Coherus scooped up Loqtorzi’s rights in the U.S. and Canada by paying Junshi $150 million upfront in 2021. Milestone payments could reach $380 million in total, and Coherus will also pay Junshi a 20% royalty on net sales of Loqtorzi.

The partners went through a regulatory saga to reach Friday’s approval. The FDA first rejected toripalimab in 2022 with a request for a quality process change and onsite inspections that were delayed by COVID-related travel restrictions in China. As travel to China remained a hindrance, the FDA in late 2022 missed its target action date.

When the preapproval inspections did happen, the FDA noted one problem with a clinical trial site that enrolled patients in the two clinical trials supporting toripalimab’s application, Coherus said last month.

With Friday’s approval, Junshi also beat BeiGene to be the first to have a China-made PD-1 approved by the FDA. BeiGene’s tislelizumab is undergoing a similar regulatory delay caused by COVID travel restrictions in China. As the FDA review dragged on, Novartis recently backed out of its PD-1 collaboration with BeiGene.

With more than a dozen products approved, China’s PD-1/L1 market has become an intense marketplace. For the first nine months of 2023, Junshi recorded Tuoyi sales of 668 million yuan ($91 million) across multiple indications.

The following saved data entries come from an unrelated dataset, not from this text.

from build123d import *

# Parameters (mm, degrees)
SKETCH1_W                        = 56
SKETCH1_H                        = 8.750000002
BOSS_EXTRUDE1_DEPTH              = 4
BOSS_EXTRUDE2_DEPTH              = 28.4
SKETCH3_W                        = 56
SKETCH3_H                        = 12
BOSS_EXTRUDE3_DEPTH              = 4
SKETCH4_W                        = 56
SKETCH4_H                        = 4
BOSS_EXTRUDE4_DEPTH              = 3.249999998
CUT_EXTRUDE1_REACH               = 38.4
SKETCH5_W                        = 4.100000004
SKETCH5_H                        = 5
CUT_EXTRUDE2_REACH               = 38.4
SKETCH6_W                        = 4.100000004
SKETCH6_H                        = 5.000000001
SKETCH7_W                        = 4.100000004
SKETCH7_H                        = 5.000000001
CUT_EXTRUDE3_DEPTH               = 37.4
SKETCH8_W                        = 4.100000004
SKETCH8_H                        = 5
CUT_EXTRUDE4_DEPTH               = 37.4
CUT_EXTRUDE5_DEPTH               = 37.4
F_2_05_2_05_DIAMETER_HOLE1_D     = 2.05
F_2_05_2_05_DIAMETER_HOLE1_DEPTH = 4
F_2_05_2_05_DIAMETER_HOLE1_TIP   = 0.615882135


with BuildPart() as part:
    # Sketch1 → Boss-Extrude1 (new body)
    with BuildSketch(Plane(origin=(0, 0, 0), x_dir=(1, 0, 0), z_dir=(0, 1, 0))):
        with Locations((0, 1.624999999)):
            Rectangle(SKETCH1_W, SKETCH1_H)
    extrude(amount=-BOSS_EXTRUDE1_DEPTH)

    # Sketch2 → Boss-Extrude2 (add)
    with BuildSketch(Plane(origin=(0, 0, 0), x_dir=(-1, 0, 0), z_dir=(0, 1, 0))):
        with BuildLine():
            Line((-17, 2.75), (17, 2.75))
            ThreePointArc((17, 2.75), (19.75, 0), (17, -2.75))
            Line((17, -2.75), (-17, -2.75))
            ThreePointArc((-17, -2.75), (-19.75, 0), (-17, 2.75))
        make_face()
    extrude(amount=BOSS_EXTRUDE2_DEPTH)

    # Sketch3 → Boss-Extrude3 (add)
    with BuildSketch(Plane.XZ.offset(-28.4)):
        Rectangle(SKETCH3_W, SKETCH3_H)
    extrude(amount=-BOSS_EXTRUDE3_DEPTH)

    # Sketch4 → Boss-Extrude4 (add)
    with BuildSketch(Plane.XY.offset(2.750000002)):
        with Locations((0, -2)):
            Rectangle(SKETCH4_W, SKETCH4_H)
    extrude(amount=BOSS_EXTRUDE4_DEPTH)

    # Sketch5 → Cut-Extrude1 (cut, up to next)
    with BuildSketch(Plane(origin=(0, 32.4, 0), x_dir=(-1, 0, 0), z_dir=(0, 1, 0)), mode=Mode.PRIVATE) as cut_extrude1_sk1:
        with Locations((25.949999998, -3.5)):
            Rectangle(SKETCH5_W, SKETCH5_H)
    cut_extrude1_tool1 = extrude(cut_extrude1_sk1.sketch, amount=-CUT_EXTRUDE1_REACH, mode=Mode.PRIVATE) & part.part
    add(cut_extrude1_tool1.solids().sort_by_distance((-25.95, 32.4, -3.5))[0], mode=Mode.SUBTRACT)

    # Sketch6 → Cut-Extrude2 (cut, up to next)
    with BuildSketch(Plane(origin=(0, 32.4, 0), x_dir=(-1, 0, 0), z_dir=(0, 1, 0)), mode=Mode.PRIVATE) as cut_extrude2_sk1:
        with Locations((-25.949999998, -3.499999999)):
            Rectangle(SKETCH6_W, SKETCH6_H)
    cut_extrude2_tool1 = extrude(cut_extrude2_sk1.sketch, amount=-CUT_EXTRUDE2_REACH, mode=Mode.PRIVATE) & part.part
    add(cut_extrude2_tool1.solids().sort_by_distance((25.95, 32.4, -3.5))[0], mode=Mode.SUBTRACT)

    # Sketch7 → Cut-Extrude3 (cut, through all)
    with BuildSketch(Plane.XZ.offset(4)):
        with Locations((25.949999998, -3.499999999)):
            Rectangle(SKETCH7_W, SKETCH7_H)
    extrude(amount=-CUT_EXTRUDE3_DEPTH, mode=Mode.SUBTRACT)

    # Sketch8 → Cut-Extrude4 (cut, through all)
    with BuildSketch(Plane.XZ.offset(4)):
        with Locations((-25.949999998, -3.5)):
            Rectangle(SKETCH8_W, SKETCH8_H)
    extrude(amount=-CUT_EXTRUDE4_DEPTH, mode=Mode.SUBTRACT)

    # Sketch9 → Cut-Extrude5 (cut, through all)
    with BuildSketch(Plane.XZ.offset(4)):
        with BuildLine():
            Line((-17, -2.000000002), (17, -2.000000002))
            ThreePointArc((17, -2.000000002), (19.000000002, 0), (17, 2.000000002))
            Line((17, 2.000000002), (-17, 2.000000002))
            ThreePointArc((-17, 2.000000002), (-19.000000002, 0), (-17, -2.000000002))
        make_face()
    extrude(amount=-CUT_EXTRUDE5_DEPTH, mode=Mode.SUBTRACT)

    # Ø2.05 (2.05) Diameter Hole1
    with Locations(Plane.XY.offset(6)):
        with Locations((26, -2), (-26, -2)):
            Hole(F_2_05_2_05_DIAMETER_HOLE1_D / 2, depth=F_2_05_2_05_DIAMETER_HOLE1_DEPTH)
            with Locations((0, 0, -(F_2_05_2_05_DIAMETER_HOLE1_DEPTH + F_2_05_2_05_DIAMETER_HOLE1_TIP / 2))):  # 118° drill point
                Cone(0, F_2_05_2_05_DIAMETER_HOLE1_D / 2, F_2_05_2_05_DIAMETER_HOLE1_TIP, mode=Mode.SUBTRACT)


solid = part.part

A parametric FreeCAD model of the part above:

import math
import FreeCAD as App
import Part
import Sketcher

V = App.Vector
Q = App.Units.Quantity


def add_polygon(sketch, points):
    """Adds a closed chain of lines whose ends are joined by coincident constraints."""
    first, n = sketch.GeometryCount, len(points)
    for a, b in zip(points, points[1:] + points[:1]):
        sketch.addGeometry(Part.LineSegment(App.Vector(*a, 0), App.Vector(*b, 0)), False)
    for i in range(n):
        sketch.addConstraint(Sketcher.Constraint("Coincident", first + i, 2, first + (i + 1) % n, 1))

doc = App.newDocument("Part")
body = doc.addObject("PartDesign::Body", "Body")

# Sketch on XZ plane
sketch1 = body.newObject("Sketcher::SketchObject", "Sketch")
sketch1.AttachmentSupport = (doc.getObject("XZ_Plane"), [""])
sketch1.MapMode = "FlatFace"
add_polygon(sketch1, [(-28, -6), (-28, 2.75), (28, 2.75), (28, -6)])  # lines 0-3
sketch1.addConstraint([
    Sketcher.Constraint("Vertical", 0),
    Sketcher.Constraint("Horizontal", 1),
    Sketcher.Constraint("Vertical", 2),
    Sketcher.Constraint("Horizontal", 3),
    Sketcher.Constraint("DistanceX", 1, 1, 1, 2, Q("56 mm")),
    Sketcher.Constraint("DistanceX", 0, 2, -1, 1, Q("28 mm")),
    Sketcher.Constraint("DistanceY", 2, 2, -1, 1, Q("6 mm")),
    Sketcher.Constraint("DistanceY", 0, 1, 0, 2, Q("8.75 mm")),
])
pad1 = body.newObject("PartDesign::Pad", "Pad")
pad1.Profile = sketch1
pad1.Length = 4

# Sketch on XZ plane
sketch2 = body.newObject("Sketcher::SketchObject", "Sketch001")
sketch2.AttachmentSupport = (doc.getObject("XZ_Plane"), [""])
sketch2.MapMode = "FlatFace"
sketch2.addGeometry([
    Part.LineSegment(V(-17, 2.75, 0), V(17, 2.75, 0)),
    Part.ArcOfCircle(Part.Circle(V(17, 0, 0), V(0, 0, 1), 2.75), math.radians(-90), math.radians(90)),
    Part.LineSegment(V(17, -2.75, 0), V(-17, -2.75, 0)),
    Part.ArcOfCircle(Part.Circle(V(-17, 0, 0), V(0, 0, 1), 2.75), math.radians(90), math.radians(270)),
], False)
sketch2.addConstraint([
    Sketcher.Constraint("Tangent", 0, 2, 1, 2),
    Sketcher.Constraint("Tangent", 1, 1, 2, 1),
    Sketcher.Constraint("Tangent", 2, 2, 3, 2),
    Sketcher.Constraint("Tangent", 3, 1, 0, 1),
    Sketcher.Constraint("Horizontal", 0),
    Sketcher.Constraint("Horizontal", 2),
    Sketcher.Constraint("Symmetric", 1, 3, 3, 3, -1, 1),
    Sketcher.Constraint("DistanceX", 0, 1, 0, 2, Q("34 mm")),
    Sketcher.Constraint("Radius", 1, Q("2.75 mm")),
])
pad2 = body.newObject("PartDesign::Pad", "Pad001")
pad2.Profile = sketch2
pad2.Length = 28.4
pad2.Reversed = True

# Sketch on XZ plane
sketch3 = body.newObject("Sketcher::SketchObject", "Sketch002")
sketch3.AttachmentSupport = (doc.getObject("XZ_Plane"), [""])
sketch3.MapMode = "FlatFace"
sketch3.AttachmentOffset = App.Placement(V(0, 0, -28.4), App.Rotation())
add_polygon(sketch3, [(-28, 6), (-28, -6), (28, -6), (28, 6)])  # lines 0-3
sketch3.addConstraint([
    Sketcher.Constraint("Vertical", 0),
    Sketcher.Constraint("Horizontal", 1),
    Sketcher.Constraint("Vertical", 2),
    Sketcher.Constraint("Horizontal", 3),
    Sketcher.Constraint("Symmetric", 0, 2, 2, 2, -1, 1),
    Sketcher.Constraint("DistanceX", 1, 1, 1, 2, Q("56 mm")),
    Sketcher.Constraint("DistanceY", 0, 2, 0, 1, Q("12 mm")),
])
pad3 = body.newObject("PartDesign::Pad", "Pad002")
pad3.Profile = sketch3
pad3.Length = 4
pad3.Reversed = True

# Sketch on XY plane
sketch4 = body.newObject("Sketcher::SketchObject", "Sketch003")
sketch4.AttachmentSupport = (doc.getObject("XY_Plane"), [""])
sketch4.MapMode = "FlatFace"
sketch4.AttachmentOffset = App.Placement(V(0, 0, 2.75), App.Rotation())
add_polygon(sketch4, [(-28, 0), (-28, -4), (28, -4), (28, 0)])  # lines 0-3
sketch4.addConstraint([
    Sketcher.Constraint("Vertical", 0),
    Sketcher.Constraint("Horizontal", 1),
    Sketcher.Constraint("Vertical", 2),
    Sketcher.Constraint("Horizontal", 3),
    Sketcher.Constraint("Symmetric", 2, 2, 3, 2, -1, 1),
    Sketcher.Constraint("DistanceX", 1, 1, 1, 2, Q("56 mm")),
    Sketcher.Constraint("DistanceY", 0, 2, 0, 1, Q("4 mm")),
])
pad4 = body.newObject("PartDesign::Pad", "Pad003")
pad4.Profile = sketch4
pad4.Length = 3.25

# Sketch on XZ plane
sketch5 = body.newObject("Sketcher::SketchObject", "Sketch004")
sketch5.AttachmentSupport = (doc.getObject("XZ_Plane"), [""])
sketch5.MapMode = "FlatFace"
sketch5.AttachmentOffset = App.Placement(V(0, 0, -32.4), App.Rotation())
add_polygon(sketch5, [(-23.9, -1), (-23.9, -6), (-28, -6), (-28, -1)])  # lines 0-3
sketch5.addConstraint([
    Sketcher.Constraint("Vertical", 0),
    Sketcher.Constraint("Horizontal", 1),
    Sketcher.Constraint("Vertical", 2),
    Sketcher.Constraint("Horizontal", 3),
    Sketcher.Constraint("DistanceY", 0, 2, 0, 1, Q("5 mm")),
    Sketcher.Constraint("DistanceX", 1, 2, 1, 1, Q("4.1 mm")),
    Sketcher.Constraint("DistanceY", 0, 2, -1, 1, Q("6 mm")),
    Sketcher.Constraint("DistanceX", 1, 2, -1, 1, Q("28 mm")),
])
pocket1 = body.newObject("PartDesign::Pocket", "Pocket")
pocket1.Profile = sketch5
pocket1.Type = "UpToFirst"
pocket1.Reversed = True

# Sketch on XZ plane
sketch6 = body.newObject("Sketcher::SketchObject", "Sketch005")
sketch6.AttachmentSupport = (doc.getObject("XZ_Plane"), [""])
sketch6.MapMode = "FlatFace"
sketch6.AttachmentOffset = App.Placement(V(0, 0, -32.4), App.Rotation())
add_polygon(sketch6, [(28, -1), (28, -6), (23.9, -6), (23.9, -1)])  # lines 0-3
sketch6.addConstraint([
    Sketcher.Constraint("Vertical", 0),
    Sketcher.Constraint("Horizontal", 1),
    Sketcher.Constraint("Vertical", 2),
    Sketcher.Constraint("Horizontal", 3),
    Sketcher.Constraint("DistanceY", 0, 2, 0, 1, Q("5 mm")),
    Sketcher.Constraint("DistanceX", 1, 2, 1, 1, Q("4.1 mm")),
    Sketcher.Constraint("DistanceX", -1, 1, 0, 2, Q("28 mm")),
    Sketcher.Constraint("DistanceY", 0, 2, -1, 1, Q("6 mm")),
])
pocket2 = body.newObject("PartDesign::Pocket", "Pocket001")
pocket2.Profile = sketch6
pocket2.Type = "UpToFirst"
pocket2.Reversed = True

# Sketch on XZ plane
sketch7 = body.newObject("Sketcher::SketchObject", "Sketch006")
sketch7.AttachmentSupport = (doc.getObject("XZ_Plane"), [""])
sketch7.MapMode = "FlatFace"
sketch7.AttachmentOffset = App.Placement(V(0, 0, 4), App.Rotation())
add_polygon(sketch7, [(23.9, -1), (23.9, -6), (28, -6), (28, -1)])  # lines 0-3
sketch7.addConstraint([
    Sketcher.Constraint("Vertical", 0),
    Sketcher.Constraint("Horizontal", 1),
    Sketcher.Constraint("Vertical", 2),
    Sketcher.Constraint("Horizontal", 3),
    Sketcher.Constraint("DistanceY", 0, 2, 0, 1, Q("5 mm")),
    Sketcher.Constraint("DistanceX", 1, 1, 1, 2, Q("4.1 mm")),
    Sketcher.Constraint("DistanceY", 0, 2, -1, 1, Q("6 mm")),
    Sketcher.Constraint("DistanceX", -1, 1, 1, 2, Q("28 mm")),
])
pocket3 = body.newObject("PartDesign::Pocket", "Pocket002")
pocket3.Profile = sketch7
pocket3.Type = "ThroughAll"

# Sketch on XZ plane
sketch8 = body.newObject("Sketcher::SketchObject", "Sketch007")
sketch8.AttachmentSupport = (doc.getObject("XZ_Plane"), [""])
sketch8.MapMode = "FlatFace"
sketch8.AttachmentOffset = App.Placement(V(0, 0, 4), App.Rotation())
add_polygon(sketch8, [(-28, -1), (-28, -6), (-23.9, -6), (-23.9, -1)])  # lines 0-3
sketch8.addConstraint([
    Sketcher.Constraint("Vertical", 0),
    Sketcher.Constraint("Horizontal", 1),
    Sketcher.Constraint("Vertical", 2),
    Sketcher.Constraint("Horizontal", 3),
    Sketcher.Constraint("DistanceY", 0, 2, 0, 1, Q("5 mm")),
    Sketcher.Constraint("DistanceX", 1, 1, 1, 2, Q("4.1 mm")),
    Sketcher.Constraint("DistanceX", 0, 2, -1, 1, Q("28 mm")),
    Sketcher.Constraint("DistanceY", 0, 2, -1, 1, Q("6 mm")),
])
pocket4 = body.newObject("PartDesign::Pocket", "Pocket003")
pocket4.Profile = sketch8
pocket4.Type = "ThroughAll"

# Sketch on XZ plane
sketch9 = body.newObject("Sketcher::SketchObject", "Sketch008")
sketch9.AttachmentSupport = (doc.getObject("XZ_Plane"), [""])
sketch9.MapMode = "FlatFace"
sketch9.AttachmentOffset = App.Placement(V(0, 0, 4), App.Rotation())
sketch9.addGeometry([
    Part.LineSegment(V(-17, -2, 0), V(17, -2, 0)),
    Part.ArcOfCircle(Part.Circle(V(17, 0, 0), V(0, 0, 1), 2), math.radians(-90), math.radians(90)),
    Part.LineSegment(V(17, 2, 0), V(-17, 2, 0)),
    Part.ArcOfCircle(Part.Circle(V(-17, 0, 0), V(0, 0, 1), 2), math.radians(90), math.radians(270)),
], False)
sketch9.addConstraint([
    Sketcher.Constraint("Tangent", 0, 2, 1, 1),
    Sketcher.Constraint("Tangent", 1, 2, 2, 1),
    Sketcher.Constraint("Tangent", 2, 2, 3, 1),
    Sketcher.Constraint("Tangent", 3, 2, 0, 1),
    Sketcher.Constraint("Horizontal", 0),
    Sketcher.Constraint("Horizontal", 2),
    Sketcher.Constraint("Symmetric", 1, 3, 3, 3, -1, 1),
    Sketcher.Constraint("Radius", 1, Q("2 mm")),
    Sketcher.Constraint("DistanceX", 0, 1, 0, 2, Q("34 mm")),
])
pocket5 = body.newObject("PartDesign::Pocket", "Pocket004")
pocket5.Profile = sketch9
pocket5.Type = "ThroughAll"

Both Junshi and Coherus are looking to pair toripalimab with other agents. In his Friday statement, Coherus’ Lanfear highlighted the company's IL-27-targeted casdozokitug and CCR8 inhibitor CHS-114 as potential combination partners.

Coherus has received “significant incoming interest from potential partners” on Loqtorzi, Lanfear said. Coherus is pursuing potential collaborations with T-cell bispecifics and antibody-drug conjugates, with the goal to complete some of those conversations by mid-2024, he added.